Records from a collection:
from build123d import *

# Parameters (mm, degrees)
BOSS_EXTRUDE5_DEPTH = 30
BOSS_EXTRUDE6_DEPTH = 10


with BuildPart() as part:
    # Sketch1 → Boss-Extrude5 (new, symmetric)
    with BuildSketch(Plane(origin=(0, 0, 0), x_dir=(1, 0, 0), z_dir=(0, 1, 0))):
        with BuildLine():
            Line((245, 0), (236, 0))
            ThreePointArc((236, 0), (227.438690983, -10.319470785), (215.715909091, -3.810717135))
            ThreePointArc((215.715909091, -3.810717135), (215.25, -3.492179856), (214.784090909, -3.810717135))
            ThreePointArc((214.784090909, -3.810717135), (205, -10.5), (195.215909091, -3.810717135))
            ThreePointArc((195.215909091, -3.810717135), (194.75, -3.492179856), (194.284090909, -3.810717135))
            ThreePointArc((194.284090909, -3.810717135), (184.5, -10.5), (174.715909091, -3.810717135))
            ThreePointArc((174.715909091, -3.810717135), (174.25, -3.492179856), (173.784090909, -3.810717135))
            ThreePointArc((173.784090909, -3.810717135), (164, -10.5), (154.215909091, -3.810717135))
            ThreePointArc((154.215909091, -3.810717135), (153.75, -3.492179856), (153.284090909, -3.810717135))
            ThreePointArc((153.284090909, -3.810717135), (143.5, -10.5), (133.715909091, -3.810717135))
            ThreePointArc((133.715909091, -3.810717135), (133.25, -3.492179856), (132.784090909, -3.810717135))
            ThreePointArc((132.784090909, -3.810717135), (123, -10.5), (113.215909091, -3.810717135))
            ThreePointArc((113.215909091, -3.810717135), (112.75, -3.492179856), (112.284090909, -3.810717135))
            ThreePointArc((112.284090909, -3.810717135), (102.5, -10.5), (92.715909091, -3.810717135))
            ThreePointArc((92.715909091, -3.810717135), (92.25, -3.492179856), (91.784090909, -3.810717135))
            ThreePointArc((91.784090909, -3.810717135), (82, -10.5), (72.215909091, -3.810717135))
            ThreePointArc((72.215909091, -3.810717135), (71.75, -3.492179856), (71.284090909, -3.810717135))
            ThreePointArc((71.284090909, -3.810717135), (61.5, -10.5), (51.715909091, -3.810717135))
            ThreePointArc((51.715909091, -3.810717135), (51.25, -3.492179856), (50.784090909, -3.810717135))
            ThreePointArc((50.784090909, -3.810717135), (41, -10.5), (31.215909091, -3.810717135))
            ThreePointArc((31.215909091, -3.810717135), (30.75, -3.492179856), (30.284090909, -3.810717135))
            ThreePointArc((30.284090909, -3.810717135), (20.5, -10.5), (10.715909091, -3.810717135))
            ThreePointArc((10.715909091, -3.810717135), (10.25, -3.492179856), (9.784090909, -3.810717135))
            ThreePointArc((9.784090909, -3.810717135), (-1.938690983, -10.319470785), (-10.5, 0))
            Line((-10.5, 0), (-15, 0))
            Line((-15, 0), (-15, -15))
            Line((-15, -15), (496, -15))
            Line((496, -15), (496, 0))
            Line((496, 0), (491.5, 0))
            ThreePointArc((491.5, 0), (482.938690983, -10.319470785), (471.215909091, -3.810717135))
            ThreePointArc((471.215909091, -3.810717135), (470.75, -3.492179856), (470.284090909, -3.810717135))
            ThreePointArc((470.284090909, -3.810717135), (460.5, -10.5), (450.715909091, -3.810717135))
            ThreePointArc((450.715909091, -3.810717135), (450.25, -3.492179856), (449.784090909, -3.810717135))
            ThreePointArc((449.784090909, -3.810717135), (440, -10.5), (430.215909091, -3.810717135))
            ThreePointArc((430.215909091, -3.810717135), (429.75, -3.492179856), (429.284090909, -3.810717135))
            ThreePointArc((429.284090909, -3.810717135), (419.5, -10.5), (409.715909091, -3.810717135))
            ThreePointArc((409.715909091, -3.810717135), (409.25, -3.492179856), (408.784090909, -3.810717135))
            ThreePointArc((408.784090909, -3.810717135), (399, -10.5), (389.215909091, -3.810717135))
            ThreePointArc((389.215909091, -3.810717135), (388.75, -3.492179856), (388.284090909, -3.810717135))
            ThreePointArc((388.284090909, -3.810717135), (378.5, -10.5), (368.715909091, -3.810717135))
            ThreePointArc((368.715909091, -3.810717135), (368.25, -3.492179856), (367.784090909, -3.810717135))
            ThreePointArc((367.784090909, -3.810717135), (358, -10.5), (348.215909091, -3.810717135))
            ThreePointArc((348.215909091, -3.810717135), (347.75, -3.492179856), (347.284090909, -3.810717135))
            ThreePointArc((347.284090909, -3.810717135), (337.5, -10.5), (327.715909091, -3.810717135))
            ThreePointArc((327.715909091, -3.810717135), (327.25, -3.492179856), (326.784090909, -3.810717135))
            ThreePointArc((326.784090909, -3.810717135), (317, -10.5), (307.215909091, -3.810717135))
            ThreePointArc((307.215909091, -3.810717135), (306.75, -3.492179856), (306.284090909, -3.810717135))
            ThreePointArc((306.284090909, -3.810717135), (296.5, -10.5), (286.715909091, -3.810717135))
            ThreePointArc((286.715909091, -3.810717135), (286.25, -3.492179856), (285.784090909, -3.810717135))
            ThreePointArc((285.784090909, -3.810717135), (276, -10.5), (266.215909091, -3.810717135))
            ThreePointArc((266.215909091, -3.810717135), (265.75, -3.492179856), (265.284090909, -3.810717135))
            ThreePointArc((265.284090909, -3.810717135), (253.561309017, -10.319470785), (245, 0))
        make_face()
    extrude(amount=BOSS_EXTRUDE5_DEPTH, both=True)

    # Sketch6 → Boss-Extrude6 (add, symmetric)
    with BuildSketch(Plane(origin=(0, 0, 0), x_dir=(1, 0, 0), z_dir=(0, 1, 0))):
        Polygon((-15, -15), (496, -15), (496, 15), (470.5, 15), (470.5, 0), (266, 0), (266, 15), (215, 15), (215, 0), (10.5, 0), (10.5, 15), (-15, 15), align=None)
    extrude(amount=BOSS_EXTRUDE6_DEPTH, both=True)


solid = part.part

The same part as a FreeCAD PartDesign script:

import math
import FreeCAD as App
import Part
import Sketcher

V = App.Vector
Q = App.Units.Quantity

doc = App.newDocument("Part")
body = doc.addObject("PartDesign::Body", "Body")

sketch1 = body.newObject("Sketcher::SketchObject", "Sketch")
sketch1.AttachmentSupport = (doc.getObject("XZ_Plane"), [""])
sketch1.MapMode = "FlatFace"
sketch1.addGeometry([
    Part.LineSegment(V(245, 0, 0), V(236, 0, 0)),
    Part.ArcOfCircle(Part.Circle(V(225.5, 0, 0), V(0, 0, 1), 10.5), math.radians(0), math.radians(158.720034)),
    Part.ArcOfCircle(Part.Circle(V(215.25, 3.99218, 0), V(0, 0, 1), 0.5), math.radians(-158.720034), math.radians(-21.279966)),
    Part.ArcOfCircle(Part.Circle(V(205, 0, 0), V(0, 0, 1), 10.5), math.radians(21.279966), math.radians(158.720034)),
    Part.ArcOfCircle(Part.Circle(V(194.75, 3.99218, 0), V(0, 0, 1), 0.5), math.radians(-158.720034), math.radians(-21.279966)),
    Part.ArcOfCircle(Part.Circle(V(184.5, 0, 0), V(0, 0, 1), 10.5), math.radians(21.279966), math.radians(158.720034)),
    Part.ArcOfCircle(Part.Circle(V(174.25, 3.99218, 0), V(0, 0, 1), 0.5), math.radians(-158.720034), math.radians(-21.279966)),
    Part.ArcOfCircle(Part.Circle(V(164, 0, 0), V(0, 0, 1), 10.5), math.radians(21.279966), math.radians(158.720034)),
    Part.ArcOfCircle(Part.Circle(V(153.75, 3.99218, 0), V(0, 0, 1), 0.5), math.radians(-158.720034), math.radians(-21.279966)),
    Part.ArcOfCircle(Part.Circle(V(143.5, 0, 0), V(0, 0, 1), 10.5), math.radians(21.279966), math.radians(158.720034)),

◆ **Required action**: Taking the entries above, print exactly the lines starting at the line with "-10.5), (266.215909091, -3.810717135))" and ending at the line with "solid = part.part", both included.

◆ **Final answer**:
            ThreePointArc((285.784090909, -3.810717135), (276, -10.5), (266.215909091, -3.810717135))
            ThreePointArc((266.215909091, -3.810717135), (265.75, -3.492179856), (265.284090909, -3.810717135))
            ThreePointArc((265.284090909, -3.810717135), (253.561309017, -10.319470785), (245, 0))
        make_face()
    extrude(amount=BOSS_EXTRUDE5_DEPTH, both=True)

    # Sketch6 → Boss-Extrude6 (add, symmetric)
    with BuildSketch(Plane(origin=(0, 0, 0), x_dir=(1, 0, 0), z_dir=(0, 1, 0))):
        Polygon((-15, -15), (496, -15), (496, 15), (470.5, 15), (470.5, 0), (266, 0), (266, 15), (215, 15), (215, 0), (10.5, 0), (10.5, 15), (-15, 15), align=None)
    extrude(amount=BOSS_EXTRUDE6_DEPTH, both=True)


solid = part.part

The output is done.